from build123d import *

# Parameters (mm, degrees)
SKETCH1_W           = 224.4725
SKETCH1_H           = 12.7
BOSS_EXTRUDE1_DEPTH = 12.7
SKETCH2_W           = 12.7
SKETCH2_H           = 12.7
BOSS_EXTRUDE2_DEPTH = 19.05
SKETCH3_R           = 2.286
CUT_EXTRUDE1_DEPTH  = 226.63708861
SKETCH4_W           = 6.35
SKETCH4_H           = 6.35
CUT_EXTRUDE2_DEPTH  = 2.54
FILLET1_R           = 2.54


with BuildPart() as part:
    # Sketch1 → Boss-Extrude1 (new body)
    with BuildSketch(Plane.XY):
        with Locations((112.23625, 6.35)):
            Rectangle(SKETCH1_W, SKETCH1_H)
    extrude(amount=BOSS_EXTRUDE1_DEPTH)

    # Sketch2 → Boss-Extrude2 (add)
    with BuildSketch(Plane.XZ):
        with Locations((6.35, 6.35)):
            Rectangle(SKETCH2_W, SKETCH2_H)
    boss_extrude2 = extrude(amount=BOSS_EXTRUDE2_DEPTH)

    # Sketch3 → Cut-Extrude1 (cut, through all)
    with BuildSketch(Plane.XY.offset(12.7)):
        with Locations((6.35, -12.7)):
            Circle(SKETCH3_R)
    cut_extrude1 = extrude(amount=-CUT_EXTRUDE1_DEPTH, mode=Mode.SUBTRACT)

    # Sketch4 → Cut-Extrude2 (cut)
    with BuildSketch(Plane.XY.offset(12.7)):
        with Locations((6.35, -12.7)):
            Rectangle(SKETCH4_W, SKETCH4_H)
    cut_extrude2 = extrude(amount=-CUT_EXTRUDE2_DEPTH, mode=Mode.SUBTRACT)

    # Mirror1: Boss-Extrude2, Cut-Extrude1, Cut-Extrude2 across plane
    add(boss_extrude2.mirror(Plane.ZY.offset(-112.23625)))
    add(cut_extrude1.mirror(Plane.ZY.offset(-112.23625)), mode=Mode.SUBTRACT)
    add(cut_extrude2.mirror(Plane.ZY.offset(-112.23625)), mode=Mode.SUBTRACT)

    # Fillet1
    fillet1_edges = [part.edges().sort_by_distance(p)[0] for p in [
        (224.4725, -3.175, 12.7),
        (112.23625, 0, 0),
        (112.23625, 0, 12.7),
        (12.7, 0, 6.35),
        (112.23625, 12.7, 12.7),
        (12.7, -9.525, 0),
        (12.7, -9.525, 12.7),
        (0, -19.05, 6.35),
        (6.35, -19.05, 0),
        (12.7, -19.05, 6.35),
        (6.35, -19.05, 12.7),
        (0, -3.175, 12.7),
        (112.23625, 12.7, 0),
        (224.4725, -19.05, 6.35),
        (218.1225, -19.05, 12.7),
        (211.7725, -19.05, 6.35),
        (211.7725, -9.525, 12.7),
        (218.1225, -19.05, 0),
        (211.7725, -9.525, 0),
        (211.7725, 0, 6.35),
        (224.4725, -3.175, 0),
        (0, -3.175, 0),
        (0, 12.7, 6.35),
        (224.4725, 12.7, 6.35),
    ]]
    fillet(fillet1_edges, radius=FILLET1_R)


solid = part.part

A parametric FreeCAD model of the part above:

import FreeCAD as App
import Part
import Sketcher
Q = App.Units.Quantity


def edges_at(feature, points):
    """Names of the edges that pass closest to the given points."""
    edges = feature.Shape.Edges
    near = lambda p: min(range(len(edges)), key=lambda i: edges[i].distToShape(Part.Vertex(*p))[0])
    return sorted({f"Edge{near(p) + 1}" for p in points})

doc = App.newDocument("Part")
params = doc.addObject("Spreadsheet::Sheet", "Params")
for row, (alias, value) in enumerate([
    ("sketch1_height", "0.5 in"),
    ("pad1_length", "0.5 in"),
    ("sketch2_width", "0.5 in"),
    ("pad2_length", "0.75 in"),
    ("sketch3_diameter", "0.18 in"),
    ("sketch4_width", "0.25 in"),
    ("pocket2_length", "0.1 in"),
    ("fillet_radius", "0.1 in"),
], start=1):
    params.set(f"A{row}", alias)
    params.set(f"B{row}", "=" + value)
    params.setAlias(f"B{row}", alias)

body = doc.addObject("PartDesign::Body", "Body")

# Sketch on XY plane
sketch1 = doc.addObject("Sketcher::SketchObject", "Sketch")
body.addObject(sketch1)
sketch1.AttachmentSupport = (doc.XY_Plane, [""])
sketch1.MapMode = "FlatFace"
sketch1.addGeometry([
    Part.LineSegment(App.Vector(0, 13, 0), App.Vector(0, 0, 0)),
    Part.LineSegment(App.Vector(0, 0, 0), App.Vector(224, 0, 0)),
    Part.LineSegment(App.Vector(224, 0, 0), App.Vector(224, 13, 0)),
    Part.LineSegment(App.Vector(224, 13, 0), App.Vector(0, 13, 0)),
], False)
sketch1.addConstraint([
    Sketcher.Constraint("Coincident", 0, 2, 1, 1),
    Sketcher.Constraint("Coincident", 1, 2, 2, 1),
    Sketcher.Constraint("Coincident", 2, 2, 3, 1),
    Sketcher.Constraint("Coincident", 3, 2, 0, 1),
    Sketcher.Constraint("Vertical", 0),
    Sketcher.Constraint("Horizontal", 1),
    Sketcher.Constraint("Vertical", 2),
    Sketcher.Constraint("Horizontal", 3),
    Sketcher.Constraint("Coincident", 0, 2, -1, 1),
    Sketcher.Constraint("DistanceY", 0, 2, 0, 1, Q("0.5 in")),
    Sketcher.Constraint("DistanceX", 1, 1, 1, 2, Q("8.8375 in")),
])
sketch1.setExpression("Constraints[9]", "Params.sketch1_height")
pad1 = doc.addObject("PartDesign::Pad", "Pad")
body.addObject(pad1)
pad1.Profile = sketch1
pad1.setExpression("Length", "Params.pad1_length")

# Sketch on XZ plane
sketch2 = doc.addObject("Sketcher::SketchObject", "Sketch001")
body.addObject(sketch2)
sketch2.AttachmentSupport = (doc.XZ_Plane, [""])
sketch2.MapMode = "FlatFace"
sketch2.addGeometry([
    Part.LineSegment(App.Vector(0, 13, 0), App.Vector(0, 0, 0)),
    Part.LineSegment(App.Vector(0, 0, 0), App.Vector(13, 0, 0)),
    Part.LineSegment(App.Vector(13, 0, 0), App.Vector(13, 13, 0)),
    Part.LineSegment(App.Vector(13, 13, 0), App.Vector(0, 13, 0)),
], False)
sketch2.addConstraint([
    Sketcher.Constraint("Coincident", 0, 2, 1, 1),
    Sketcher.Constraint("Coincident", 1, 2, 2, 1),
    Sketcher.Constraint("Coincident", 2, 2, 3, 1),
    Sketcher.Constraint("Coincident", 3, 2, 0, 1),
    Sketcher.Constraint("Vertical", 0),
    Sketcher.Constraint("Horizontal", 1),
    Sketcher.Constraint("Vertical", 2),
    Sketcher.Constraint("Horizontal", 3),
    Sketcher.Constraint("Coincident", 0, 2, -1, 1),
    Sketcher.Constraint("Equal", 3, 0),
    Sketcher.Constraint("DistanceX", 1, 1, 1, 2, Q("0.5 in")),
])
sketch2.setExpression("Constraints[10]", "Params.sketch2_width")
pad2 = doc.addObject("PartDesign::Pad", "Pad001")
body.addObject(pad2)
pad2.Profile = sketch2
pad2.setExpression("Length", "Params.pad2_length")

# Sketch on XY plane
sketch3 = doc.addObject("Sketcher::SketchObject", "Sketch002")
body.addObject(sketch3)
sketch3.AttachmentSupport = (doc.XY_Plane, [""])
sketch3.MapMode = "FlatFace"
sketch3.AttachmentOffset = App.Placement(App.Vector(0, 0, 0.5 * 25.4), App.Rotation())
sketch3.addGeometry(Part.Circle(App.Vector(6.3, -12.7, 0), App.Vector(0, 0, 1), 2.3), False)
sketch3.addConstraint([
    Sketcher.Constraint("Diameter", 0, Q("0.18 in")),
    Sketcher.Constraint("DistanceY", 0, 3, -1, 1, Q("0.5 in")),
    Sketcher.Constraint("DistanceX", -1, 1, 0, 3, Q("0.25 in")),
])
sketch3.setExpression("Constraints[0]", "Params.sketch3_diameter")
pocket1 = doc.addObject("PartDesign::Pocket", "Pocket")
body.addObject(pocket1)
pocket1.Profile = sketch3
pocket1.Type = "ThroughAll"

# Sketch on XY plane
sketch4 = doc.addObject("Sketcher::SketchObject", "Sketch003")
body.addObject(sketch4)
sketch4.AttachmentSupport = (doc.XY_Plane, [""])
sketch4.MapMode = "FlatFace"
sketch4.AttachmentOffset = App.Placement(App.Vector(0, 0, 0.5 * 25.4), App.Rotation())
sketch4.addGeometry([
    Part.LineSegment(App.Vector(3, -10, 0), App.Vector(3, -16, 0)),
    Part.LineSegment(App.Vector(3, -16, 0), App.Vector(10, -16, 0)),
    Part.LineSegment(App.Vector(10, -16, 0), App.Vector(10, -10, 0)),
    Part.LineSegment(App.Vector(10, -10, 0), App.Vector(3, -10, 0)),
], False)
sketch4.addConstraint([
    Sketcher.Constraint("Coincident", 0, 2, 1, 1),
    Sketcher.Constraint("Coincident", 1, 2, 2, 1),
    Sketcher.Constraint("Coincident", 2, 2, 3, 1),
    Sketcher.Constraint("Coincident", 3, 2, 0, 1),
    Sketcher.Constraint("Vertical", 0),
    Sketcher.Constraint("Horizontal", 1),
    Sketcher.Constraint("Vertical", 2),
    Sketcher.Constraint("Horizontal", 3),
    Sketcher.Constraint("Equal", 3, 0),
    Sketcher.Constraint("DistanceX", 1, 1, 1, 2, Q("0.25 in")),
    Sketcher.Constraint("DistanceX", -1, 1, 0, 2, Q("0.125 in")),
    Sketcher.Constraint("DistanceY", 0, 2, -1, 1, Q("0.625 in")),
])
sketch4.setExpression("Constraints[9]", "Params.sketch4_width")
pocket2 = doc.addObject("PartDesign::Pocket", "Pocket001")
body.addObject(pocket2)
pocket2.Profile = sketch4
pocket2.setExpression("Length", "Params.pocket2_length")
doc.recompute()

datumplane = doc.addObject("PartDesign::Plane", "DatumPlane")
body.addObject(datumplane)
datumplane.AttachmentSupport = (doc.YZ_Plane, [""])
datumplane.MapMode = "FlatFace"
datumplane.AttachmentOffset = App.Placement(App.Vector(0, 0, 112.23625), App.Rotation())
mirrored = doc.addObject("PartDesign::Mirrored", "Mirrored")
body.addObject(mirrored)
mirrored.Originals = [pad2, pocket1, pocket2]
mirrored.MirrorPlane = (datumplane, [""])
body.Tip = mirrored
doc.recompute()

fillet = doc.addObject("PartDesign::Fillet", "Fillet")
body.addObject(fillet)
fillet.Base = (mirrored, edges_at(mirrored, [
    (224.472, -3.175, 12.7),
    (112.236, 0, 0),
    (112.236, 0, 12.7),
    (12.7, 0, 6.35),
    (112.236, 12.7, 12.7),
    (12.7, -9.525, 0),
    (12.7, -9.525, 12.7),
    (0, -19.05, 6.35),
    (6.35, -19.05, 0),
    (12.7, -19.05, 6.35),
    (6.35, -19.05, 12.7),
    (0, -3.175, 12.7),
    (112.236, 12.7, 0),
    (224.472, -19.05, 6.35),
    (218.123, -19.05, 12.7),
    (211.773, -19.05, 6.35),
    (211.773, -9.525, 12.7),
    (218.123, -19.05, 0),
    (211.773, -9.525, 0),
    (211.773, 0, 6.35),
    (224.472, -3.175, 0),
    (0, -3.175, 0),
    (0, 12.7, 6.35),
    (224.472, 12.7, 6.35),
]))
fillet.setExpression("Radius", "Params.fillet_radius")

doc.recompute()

* * *

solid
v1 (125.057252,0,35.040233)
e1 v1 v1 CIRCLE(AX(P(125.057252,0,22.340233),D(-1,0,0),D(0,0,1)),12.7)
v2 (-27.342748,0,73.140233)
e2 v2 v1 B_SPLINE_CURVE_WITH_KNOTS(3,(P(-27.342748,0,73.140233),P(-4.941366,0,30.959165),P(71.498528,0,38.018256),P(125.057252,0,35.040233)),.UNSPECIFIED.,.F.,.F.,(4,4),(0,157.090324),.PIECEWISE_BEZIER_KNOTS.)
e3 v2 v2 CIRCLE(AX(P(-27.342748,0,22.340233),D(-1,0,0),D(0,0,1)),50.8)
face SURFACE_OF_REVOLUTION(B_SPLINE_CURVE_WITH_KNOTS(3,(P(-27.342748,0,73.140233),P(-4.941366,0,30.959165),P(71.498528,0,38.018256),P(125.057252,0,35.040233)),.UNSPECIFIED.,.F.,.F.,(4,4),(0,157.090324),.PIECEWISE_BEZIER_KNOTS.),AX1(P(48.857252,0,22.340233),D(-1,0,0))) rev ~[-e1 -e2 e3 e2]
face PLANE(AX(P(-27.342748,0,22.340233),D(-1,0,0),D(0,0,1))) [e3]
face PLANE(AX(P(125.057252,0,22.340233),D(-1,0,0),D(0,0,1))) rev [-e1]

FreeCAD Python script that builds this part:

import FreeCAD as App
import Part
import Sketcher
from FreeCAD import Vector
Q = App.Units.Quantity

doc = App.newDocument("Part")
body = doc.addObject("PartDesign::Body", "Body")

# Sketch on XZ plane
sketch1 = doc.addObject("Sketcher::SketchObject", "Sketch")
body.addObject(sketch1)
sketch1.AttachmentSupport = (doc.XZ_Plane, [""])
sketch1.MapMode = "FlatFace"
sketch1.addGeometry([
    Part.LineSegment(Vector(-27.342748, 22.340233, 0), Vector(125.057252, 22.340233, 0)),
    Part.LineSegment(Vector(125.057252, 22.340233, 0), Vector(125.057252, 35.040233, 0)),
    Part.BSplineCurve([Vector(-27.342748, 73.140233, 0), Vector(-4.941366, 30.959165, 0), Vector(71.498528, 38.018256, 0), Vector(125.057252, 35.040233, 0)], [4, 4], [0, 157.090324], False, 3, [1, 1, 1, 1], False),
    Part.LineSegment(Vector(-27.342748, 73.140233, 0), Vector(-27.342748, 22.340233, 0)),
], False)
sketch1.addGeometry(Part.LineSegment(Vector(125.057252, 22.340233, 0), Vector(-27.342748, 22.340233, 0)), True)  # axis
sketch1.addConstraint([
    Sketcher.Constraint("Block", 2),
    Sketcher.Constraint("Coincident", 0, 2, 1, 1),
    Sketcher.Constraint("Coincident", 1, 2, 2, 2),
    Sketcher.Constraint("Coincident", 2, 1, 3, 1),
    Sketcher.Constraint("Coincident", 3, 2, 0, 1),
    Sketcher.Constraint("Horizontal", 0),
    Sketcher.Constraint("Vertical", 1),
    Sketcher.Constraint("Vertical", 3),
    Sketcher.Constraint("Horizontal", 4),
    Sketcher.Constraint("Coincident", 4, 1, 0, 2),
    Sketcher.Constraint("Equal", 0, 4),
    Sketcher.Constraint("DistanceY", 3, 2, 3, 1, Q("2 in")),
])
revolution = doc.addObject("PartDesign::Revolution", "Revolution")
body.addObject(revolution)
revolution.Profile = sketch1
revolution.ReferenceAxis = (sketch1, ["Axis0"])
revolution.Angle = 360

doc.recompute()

...

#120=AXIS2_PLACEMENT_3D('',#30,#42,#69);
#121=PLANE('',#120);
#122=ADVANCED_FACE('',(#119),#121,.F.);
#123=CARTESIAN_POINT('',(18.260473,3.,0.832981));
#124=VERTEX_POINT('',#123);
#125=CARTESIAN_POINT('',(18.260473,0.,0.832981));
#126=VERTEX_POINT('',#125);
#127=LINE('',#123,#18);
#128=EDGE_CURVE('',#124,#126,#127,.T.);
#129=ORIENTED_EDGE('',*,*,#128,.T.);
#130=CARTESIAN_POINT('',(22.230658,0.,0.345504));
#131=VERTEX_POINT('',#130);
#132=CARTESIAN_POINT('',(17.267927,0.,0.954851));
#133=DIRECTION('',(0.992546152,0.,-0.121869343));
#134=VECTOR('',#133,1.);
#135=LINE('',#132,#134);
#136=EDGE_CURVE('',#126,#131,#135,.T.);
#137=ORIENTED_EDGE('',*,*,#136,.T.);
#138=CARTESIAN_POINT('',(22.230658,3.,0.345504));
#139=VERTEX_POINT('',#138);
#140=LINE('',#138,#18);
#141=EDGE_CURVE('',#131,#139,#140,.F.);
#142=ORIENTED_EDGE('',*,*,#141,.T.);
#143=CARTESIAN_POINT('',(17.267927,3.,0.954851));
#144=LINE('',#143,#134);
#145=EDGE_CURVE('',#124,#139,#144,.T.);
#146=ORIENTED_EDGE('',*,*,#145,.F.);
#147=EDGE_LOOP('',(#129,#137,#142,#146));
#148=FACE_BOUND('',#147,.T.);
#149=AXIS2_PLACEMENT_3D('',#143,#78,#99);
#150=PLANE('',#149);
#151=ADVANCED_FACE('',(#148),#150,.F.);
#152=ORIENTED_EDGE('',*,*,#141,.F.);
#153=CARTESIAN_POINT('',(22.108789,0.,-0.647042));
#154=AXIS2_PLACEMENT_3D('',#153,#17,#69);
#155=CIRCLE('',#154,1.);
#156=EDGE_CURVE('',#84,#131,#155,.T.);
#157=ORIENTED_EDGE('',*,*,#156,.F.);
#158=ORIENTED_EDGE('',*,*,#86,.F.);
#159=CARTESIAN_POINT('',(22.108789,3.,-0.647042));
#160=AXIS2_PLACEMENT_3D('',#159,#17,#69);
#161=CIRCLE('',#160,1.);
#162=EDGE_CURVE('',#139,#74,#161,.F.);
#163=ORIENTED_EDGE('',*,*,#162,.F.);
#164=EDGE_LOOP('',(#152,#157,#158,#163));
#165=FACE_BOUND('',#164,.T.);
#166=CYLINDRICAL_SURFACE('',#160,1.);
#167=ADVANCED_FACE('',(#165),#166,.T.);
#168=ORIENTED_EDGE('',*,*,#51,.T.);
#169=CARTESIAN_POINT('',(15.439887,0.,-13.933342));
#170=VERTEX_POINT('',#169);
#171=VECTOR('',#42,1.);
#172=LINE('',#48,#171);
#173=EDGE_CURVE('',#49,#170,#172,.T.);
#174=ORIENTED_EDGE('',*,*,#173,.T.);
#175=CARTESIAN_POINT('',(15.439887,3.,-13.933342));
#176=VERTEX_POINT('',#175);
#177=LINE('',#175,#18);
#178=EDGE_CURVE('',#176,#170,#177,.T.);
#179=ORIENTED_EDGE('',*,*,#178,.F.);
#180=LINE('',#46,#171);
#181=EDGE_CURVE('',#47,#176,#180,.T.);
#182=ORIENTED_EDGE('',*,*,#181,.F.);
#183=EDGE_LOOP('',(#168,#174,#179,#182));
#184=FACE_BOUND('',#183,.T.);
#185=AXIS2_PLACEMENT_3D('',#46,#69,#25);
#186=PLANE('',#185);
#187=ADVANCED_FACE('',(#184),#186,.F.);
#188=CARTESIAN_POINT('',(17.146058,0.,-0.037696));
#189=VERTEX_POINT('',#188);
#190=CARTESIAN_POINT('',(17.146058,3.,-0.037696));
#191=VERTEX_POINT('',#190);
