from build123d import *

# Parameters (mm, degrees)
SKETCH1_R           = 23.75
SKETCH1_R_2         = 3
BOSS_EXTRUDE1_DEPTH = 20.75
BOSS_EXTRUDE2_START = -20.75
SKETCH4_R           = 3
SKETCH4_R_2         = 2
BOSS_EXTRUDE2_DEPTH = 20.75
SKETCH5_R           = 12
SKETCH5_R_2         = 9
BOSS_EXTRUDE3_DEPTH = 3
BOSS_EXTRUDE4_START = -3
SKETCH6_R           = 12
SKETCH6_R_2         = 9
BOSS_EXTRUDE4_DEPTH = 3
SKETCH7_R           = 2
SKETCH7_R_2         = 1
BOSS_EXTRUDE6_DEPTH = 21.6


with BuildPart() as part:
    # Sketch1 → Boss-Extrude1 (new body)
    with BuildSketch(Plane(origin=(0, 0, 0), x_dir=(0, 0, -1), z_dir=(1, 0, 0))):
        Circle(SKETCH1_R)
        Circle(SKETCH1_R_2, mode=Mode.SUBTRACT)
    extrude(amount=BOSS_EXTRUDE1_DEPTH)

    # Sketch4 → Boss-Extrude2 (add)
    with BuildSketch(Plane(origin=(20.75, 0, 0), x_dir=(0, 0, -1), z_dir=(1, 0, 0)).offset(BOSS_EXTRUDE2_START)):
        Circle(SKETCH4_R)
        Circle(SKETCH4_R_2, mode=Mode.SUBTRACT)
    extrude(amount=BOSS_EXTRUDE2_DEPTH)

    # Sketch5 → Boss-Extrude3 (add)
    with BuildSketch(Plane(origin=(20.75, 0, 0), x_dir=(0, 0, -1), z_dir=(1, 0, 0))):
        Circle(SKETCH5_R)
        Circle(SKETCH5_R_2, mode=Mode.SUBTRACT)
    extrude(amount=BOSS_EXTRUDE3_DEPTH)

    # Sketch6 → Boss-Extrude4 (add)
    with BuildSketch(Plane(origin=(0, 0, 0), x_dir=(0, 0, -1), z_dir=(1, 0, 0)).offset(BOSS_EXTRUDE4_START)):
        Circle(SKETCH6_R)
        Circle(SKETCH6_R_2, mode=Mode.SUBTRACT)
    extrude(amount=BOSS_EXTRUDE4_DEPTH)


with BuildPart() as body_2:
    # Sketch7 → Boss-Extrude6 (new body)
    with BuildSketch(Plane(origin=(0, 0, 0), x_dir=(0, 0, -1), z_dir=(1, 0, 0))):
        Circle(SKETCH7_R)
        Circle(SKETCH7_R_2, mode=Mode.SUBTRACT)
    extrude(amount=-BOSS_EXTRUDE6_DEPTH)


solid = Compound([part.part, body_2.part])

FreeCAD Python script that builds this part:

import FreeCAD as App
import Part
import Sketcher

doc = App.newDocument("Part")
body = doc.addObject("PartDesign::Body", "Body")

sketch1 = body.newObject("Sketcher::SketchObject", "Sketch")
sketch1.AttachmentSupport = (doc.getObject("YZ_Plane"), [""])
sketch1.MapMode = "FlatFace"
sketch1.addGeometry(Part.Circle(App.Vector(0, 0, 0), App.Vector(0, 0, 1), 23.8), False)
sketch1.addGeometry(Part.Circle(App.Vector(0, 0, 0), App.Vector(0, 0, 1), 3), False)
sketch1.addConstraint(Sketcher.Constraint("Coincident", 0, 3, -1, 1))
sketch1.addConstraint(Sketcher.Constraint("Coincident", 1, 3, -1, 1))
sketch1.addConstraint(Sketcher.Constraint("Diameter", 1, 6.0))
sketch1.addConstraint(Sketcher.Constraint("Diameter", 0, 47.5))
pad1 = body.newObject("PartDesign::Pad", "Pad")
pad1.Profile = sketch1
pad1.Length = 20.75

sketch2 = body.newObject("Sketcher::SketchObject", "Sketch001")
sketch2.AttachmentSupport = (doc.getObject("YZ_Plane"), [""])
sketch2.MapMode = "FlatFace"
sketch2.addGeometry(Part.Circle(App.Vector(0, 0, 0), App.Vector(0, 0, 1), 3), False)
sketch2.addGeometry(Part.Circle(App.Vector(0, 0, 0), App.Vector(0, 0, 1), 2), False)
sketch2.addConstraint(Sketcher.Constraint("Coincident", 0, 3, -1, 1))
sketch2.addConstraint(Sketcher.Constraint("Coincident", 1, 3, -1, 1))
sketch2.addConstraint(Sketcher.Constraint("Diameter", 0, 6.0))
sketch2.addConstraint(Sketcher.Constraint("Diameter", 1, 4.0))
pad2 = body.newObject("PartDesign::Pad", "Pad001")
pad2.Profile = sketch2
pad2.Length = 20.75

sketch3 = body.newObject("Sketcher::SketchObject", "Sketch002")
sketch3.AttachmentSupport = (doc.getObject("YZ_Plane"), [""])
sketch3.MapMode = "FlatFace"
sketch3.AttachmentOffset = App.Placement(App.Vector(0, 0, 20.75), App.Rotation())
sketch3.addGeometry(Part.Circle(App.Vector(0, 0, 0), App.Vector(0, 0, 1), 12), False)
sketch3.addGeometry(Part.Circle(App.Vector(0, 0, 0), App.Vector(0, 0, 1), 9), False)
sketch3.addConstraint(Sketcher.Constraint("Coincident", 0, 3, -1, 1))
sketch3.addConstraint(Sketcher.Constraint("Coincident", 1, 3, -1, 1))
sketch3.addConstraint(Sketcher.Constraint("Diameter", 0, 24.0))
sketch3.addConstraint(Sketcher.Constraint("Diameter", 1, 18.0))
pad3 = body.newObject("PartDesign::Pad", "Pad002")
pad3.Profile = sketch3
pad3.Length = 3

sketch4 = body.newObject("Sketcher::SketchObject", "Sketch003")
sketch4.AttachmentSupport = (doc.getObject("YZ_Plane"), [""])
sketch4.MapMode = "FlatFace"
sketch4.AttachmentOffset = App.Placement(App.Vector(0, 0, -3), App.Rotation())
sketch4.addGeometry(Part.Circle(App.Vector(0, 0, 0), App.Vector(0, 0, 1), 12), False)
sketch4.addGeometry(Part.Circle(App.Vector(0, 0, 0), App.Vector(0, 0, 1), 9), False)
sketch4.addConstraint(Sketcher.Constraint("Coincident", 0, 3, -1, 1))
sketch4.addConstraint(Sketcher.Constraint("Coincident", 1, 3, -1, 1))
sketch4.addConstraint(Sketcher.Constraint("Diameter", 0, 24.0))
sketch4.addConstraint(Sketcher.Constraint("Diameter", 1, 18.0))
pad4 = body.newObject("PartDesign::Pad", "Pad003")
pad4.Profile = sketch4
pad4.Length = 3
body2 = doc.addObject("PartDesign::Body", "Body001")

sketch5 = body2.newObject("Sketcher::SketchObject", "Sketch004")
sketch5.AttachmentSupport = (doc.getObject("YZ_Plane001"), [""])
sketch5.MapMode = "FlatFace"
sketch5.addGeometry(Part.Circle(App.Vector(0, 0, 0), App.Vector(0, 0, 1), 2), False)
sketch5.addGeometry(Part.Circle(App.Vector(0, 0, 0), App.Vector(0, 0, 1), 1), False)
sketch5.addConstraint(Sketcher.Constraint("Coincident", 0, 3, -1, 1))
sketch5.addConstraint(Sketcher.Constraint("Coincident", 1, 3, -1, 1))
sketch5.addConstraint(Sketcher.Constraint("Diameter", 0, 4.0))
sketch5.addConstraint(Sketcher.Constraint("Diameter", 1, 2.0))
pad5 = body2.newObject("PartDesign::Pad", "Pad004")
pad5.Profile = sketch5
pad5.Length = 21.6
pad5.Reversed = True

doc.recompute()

WHAT TO DO:
The expected output is exactly the lines of the listing above between the line holding "#138=CARTESIAN_POINT('',(22.230658,3.,0.345504));" and the line holding "#172=LINE('',#48,#171);", inclusive.

ANSWER TO THIS PROBLEM:
#138=CARTESIAN_POINT('',(22.230658,3.,0.345504));
#139=VERTEX_POINT('',#138);
#140=LINE('',#138,#18);
#141=EDGE_CURVE('',#131,#139,#140,.F.);
#142=ORIENTED_EDGE('',*,*,#141,.T.);
#143=CARTESIAN_POINT('',(17.267927,3.,0.954851));
#144=LINE('',#143,#134);
#145=EDGE_CURVE('',#124,#139,#144,.T.);
#146=ORIENTED_EDGE('',*,*,#145,.F.);
#147=EDGE_LOOP('',(#129,#137,#142,#146));
#148=FACE_BOUND('',#147,.T.);
#149=AXIS2_PLACEMENT_3D('',#143,#78,#99);
#150=PLANE('',#149);
#151=ADVANCED_FACE('',(#148),#150,.F.);
#152=ORIENTED_EDGE('',*,*,#141,.F.);
#153=CARTESIAN_POINT('',(22.108789,0.,-0.647042));
#154=AXIS2_PLACEMENT_3D('',#153,#17,#69);
#155=CIRCLE('',#154,1.);
#156=EDGE_CURVE('',#84,#131,#155,.T.);
#157=ORIENTED_EDGE('',*,*,#156,.F.);
#158=ORIENTED_EDGE('',*,*,#86,.F.);
#159=CARTESIAN_POINT('',(22.108789,3.,-0.647042));
#160=AXIS2_PLACEMENT_3D('',#159,#17,#69);
#161=CIRCLE('',#160,1.);
#162=EDGE_CURVE('',#139,#74,#161,.F.);
#163=ORIENTED_EDGE('',*,*,#162,.F.);
#164=EDGE_LOOP('',(#152,#157,#158,#163));
#165=FACE_BOUND('',#164,.T.);
#166=CYLINDRICAL_SURFACE('',#160,1.);
#167=ADVANCED_FACE('',(#165),#166,.T.);
#168=ORIENTED_EDGE('',*,*,#51,.T.);
#169=CARTESIAN_POINT('',(15.439887,0.,-13.933342));
#170=VERTEX_POINT('',#169);
#171=VECTOR('',#42,1.);
#172=LINE('',#48,#171);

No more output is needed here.